O parecer técnico da Polícia Científica aponta que as coxinhas ofertadas por Felipe Silva Cirino a Joice dos Santos Silva estavam contaminadas por sulfotep e terbufós — mesmas substâncias encontradas no organismo de Fernanda.
Já em abril deste ano, Ingrid Nathally Nascimento, mãe do pequeno Anthony Levy, foi à imprensa para pedir justiça. O menino morreu aos 4 anos de idade, envenenado pelo próprio pai, Matheus Omena Soares dos Santos. O crime aconteceu em maio de 2024.
Matheus colocou chumbinho — geralmente um agrotóxico desviado de seu uso agrícola e usado como raticida — no mingau e serviu para o menino, que morreu horas depois ao passar mal, em Maceió.
COMPRA DE VENENO
Sobre o acesso ao veneno que já provocou tantas mortes em Alagoas, a Secretaria de Saúde de Maceió informou que a fiscalização de raticidas é feita pela Vigilância Sanitária em lojas especializadas, supermercados e feiras livres e que os produtos vendidos nesses locais são autorizados pelo Ministério da Saúde e da Agricultura.
Já a comercialização clandestina, geralmente de fabricação caseira, é acompanhada por meio de fiscalizações constantes, atendimento à denúncia e com ações educativas.

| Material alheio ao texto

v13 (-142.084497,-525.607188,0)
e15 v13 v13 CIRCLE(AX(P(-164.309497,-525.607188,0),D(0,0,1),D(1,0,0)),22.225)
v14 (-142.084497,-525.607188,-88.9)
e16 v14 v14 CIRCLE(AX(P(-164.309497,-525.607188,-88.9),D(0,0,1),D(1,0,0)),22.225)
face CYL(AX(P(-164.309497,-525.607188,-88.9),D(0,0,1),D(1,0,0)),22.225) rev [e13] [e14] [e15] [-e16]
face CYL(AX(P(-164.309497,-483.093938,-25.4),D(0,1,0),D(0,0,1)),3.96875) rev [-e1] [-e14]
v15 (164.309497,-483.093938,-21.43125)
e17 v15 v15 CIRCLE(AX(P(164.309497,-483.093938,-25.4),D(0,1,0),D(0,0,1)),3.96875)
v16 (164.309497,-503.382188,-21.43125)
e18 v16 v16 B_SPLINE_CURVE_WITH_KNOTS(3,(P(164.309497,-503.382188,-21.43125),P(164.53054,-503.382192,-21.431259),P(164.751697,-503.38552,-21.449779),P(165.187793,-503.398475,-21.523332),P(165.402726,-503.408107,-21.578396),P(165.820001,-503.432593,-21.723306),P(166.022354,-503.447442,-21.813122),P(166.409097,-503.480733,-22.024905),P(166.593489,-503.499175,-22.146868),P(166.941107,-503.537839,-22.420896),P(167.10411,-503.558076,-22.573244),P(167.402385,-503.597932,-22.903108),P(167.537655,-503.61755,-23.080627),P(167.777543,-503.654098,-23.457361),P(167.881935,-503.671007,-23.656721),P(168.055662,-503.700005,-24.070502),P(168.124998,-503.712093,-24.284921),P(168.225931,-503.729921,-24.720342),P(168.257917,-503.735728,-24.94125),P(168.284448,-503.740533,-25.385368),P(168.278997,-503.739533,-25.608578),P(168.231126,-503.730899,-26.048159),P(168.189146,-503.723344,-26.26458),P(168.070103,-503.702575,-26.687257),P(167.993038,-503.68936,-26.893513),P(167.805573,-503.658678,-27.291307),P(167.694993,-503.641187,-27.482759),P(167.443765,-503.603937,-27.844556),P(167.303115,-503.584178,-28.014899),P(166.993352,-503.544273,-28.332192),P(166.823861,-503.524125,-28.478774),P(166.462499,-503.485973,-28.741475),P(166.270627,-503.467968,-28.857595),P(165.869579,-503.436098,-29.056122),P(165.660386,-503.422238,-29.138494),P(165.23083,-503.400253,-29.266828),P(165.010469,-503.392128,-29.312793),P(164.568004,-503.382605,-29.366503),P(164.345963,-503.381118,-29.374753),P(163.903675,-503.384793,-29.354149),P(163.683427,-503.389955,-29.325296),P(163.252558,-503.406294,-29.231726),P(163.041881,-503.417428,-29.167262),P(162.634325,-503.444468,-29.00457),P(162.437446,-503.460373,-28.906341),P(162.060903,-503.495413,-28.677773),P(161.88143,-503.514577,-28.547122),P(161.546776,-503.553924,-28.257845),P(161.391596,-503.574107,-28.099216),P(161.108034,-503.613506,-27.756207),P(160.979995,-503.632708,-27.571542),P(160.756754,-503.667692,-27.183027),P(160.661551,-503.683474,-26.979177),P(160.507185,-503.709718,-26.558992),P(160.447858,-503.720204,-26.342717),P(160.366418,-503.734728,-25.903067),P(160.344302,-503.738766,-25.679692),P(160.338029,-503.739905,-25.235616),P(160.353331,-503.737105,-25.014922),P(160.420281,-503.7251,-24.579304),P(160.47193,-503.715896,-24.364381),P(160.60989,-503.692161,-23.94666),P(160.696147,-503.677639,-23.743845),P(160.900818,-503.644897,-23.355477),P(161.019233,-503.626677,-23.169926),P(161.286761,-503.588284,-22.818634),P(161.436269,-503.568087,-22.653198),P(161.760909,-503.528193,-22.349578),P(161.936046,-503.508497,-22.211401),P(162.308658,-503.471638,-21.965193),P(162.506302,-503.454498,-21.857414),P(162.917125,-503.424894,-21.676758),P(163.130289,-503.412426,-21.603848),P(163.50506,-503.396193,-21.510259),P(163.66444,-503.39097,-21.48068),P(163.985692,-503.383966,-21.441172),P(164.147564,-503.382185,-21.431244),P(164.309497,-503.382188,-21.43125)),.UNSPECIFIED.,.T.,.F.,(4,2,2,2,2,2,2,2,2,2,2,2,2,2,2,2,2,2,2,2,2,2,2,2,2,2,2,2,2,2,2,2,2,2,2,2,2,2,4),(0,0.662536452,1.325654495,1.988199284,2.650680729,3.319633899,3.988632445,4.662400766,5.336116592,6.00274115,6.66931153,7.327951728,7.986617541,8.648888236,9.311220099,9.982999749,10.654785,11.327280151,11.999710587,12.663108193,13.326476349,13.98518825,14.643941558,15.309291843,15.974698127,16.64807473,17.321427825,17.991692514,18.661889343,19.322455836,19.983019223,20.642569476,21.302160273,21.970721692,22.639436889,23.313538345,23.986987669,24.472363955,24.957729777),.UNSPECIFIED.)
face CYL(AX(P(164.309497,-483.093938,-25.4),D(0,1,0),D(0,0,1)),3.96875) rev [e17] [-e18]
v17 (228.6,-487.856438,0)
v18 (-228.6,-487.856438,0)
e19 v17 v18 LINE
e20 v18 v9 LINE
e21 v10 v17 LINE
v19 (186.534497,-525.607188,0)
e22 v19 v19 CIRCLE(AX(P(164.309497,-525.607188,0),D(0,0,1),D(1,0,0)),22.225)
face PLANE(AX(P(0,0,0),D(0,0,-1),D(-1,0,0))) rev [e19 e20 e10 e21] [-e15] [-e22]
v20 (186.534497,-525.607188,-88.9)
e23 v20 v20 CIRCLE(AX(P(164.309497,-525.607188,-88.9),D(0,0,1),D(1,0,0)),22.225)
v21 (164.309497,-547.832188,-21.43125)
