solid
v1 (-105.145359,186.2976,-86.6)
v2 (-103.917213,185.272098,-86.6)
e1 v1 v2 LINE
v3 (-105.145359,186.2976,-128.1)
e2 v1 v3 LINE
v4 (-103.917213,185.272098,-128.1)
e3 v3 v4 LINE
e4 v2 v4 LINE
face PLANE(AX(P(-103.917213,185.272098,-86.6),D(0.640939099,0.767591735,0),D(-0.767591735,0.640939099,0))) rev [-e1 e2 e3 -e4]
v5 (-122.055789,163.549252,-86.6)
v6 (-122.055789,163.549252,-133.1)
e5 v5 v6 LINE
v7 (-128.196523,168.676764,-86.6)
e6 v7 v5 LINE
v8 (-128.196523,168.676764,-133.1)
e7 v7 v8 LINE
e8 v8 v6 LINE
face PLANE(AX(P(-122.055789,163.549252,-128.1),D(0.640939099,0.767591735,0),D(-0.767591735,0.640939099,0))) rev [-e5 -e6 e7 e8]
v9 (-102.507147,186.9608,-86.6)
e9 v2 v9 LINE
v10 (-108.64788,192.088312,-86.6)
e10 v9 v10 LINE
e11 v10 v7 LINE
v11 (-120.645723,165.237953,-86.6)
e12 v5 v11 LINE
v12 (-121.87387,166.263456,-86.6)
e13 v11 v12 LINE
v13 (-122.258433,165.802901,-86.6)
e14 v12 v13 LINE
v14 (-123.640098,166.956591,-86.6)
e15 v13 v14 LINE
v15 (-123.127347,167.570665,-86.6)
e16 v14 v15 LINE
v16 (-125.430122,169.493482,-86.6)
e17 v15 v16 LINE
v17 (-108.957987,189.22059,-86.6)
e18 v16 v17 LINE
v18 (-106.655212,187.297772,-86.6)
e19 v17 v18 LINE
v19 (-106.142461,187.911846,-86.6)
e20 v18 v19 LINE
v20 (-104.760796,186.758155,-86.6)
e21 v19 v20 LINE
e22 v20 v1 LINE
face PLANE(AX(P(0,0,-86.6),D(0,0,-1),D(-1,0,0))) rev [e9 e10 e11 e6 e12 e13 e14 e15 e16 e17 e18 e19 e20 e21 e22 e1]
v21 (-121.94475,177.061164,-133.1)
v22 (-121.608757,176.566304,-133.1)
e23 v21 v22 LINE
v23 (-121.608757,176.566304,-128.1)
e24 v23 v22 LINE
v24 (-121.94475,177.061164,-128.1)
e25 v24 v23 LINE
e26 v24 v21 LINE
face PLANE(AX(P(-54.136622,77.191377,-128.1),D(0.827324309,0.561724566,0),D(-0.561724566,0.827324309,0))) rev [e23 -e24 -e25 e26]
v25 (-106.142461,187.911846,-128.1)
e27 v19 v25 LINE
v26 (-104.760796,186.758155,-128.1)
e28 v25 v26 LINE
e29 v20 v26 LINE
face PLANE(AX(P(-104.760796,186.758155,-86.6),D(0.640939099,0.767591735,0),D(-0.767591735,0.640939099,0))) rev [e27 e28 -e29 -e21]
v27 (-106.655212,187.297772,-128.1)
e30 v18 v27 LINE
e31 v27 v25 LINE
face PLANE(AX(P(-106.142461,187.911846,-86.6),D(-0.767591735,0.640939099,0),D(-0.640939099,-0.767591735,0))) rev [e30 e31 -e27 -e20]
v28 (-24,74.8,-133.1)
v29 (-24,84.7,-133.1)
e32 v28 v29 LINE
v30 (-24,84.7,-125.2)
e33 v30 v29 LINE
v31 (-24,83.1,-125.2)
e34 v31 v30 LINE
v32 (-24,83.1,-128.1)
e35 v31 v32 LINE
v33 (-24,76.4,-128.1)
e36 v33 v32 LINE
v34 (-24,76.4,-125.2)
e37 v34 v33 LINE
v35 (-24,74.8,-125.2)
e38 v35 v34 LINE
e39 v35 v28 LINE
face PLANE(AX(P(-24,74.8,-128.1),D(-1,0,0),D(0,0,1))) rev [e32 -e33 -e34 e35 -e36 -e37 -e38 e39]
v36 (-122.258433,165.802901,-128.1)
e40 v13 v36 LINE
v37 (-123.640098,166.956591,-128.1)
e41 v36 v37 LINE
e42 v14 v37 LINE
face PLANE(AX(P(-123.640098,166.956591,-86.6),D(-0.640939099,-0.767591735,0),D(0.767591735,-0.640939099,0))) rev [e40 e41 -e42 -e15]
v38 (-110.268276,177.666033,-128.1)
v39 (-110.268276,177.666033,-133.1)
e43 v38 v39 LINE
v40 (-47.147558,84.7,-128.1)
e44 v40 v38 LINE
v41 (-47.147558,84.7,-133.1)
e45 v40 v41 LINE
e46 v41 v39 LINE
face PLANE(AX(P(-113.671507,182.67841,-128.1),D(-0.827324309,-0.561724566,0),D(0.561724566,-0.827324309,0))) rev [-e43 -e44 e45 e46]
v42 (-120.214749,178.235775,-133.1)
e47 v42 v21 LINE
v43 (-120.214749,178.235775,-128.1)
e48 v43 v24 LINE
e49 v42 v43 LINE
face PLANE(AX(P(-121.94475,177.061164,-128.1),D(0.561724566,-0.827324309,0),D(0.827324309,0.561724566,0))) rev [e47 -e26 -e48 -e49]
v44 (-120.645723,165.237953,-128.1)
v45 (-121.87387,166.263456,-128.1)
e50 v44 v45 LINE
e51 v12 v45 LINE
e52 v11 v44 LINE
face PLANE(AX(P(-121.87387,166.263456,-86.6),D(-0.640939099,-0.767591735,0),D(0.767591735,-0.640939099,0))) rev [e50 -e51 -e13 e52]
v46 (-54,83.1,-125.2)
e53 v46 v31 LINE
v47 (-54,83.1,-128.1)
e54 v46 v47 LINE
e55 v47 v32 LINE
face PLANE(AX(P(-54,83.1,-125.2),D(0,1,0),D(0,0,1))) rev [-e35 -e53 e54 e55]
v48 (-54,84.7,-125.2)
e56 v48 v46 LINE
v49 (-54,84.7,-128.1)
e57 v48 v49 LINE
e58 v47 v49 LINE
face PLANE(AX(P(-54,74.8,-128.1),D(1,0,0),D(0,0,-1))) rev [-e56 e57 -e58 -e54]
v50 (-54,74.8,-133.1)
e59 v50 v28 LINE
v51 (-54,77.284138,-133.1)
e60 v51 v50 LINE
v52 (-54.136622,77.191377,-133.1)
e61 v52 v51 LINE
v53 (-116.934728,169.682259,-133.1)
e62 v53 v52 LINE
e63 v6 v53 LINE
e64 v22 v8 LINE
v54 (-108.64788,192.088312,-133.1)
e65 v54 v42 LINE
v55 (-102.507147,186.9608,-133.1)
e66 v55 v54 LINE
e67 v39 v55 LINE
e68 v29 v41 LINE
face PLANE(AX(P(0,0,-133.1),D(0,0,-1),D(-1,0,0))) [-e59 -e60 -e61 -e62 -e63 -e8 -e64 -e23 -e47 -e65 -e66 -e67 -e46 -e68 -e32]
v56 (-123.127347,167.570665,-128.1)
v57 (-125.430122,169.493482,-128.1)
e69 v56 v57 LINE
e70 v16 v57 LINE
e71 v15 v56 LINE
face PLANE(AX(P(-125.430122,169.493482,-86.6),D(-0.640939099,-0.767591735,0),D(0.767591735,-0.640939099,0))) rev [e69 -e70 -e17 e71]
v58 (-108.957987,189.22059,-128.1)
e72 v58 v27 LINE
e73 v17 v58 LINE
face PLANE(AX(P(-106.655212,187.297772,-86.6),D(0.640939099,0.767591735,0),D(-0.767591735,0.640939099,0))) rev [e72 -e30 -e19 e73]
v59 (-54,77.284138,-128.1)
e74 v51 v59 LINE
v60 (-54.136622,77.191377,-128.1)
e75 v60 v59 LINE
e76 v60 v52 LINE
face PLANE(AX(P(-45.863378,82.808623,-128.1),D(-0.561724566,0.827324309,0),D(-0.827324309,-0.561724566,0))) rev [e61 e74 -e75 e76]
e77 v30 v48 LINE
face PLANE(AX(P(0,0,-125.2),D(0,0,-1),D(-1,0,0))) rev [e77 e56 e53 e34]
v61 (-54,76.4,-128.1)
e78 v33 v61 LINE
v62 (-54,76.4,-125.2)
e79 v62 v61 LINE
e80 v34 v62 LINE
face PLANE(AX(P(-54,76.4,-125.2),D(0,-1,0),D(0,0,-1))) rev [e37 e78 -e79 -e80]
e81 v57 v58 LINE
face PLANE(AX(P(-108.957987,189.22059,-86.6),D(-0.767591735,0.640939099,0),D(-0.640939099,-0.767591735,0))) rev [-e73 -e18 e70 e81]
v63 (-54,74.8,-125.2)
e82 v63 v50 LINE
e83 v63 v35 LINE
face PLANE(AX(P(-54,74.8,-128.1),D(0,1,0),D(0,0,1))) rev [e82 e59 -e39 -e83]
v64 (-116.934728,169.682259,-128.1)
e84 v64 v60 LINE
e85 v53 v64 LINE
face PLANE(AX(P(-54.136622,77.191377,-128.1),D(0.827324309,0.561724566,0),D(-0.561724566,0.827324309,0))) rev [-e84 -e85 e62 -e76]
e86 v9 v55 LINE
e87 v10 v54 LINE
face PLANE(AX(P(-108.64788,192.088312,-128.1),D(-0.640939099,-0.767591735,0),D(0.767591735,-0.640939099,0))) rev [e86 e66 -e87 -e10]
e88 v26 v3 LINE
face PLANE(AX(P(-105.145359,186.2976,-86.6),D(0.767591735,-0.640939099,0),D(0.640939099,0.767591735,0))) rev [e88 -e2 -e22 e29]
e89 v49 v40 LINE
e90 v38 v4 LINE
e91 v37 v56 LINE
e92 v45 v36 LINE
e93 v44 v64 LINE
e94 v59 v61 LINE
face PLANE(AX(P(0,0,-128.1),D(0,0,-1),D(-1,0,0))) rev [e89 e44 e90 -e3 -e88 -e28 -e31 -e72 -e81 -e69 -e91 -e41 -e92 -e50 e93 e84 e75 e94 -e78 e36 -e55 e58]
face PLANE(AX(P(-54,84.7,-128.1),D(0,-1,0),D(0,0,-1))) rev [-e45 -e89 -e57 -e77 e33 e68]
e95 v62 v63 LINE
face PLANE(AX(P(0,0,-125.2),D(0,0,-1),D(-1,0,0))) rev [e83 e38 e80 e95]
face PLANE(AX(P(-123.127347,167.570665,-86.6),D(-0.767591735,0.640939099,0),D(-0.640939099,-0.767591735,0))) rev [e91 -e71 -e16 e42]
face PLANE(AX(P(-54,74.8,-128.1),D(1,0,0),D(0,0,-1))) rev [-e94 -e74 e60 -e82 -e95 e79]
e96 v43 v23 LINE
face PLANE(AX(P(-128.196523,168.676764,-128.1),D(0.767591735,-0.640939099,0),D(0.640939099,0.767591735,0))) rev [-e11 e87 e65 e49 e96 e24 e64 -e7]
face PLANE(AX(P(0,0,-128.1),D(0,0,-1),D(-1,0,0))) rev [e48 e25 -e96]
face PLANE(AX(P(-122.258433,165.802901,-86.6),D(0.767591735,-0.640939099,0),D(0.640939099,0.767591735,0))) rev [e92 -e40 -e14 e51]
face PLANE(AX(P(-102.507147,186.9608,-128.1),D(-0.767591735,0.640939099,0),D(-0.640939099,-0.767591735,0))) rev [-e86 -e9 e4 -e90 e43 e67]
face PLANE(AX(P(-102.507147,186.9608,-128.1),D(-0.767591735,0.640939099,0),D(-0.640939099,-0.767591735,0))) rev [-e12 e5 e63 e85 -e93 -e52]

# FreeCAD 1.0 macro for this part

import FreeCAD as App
import Part
import Sketcher
Q = App.Units.Quantity


def add_polygon(sketch, points):
    """Adds a closed chain of lines whose ends are joined by coincident constraints."""
    first, n = sketch.GeometryCount, len(points)
    for a, b in zip(points, points[1:] + points[:1]):
        sketch.addGeometry(Part.LineSegment(App.Vector(*a, 0), App.Vector(*b, 0)), False)
    for i in range(n):
        sketch.addConstraint(Sketcher.Constraint("Coincident", first + i, 2, first + (i + 1) % n, 1))

doc = App.newDocument("Part")
body = doc.addObject("PartDesign::Body", "Body")

sketch1 = body.newObject("Sketcher::SketchObject", "Sketch")
sketch1.AttachmentSupport = (doc.getObject("XY_Plane"), [""])
sketch1.MapMode = "FlatFace"
sketch1.AttachmentOffset = App.Placement(App.Vector(0, 0, -133.1), App.Rotation())
add_polygon(sketch1, [(-54, 84.7), (-54, 74.8), (-24, 74.8), (-24, 84.7)])
sketch1.addConstraint(Sketcher.Constraint("Vertical", 0))
sketch1.addConstraint(Sketcher.Constraint("Horizontal", 1))
sketch1.addConstraint(Sketcher.Constraint("Vertical", 2))
sketch1.addConstraint(Sketcher.Constraint("Horizontal", 3))
sketch1.addConstraint(Sketcher.Constraint("DistanceX", 1, 1, 1, 2, Q("30 mm")))
sketch1.addConstraint(Sketcher.Constraint("DistanceY", 0, 2, 0, 1, Q("9.9 mm")))
sketch1.addConstraint(Sketcher.Constraint("DistanceX", 0, 2, -1, 1, Q("54 mm")))
sketch1.addConstraint(Sketcher.Constraint("DistanceY", -1, 1, 0, 2, Q("74.8 mm")))
pad1 = body.newObject("PartDesign::Pad", "Pad")
pad1.Profile = sketch1
pad1.Length = 5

A Agência de Defesa Animal (Adeal) informou à reportagem que faz a fiscalização das revendas e o controle da venda dos produtos agrotóxicos. Para o produto sair da loja, por exemplo, precisa de uma receita agronômica. Com isso, os estabelecimentos enviam para a Adeal, mensalmente, tudo o que foi vendido e todas as receitas.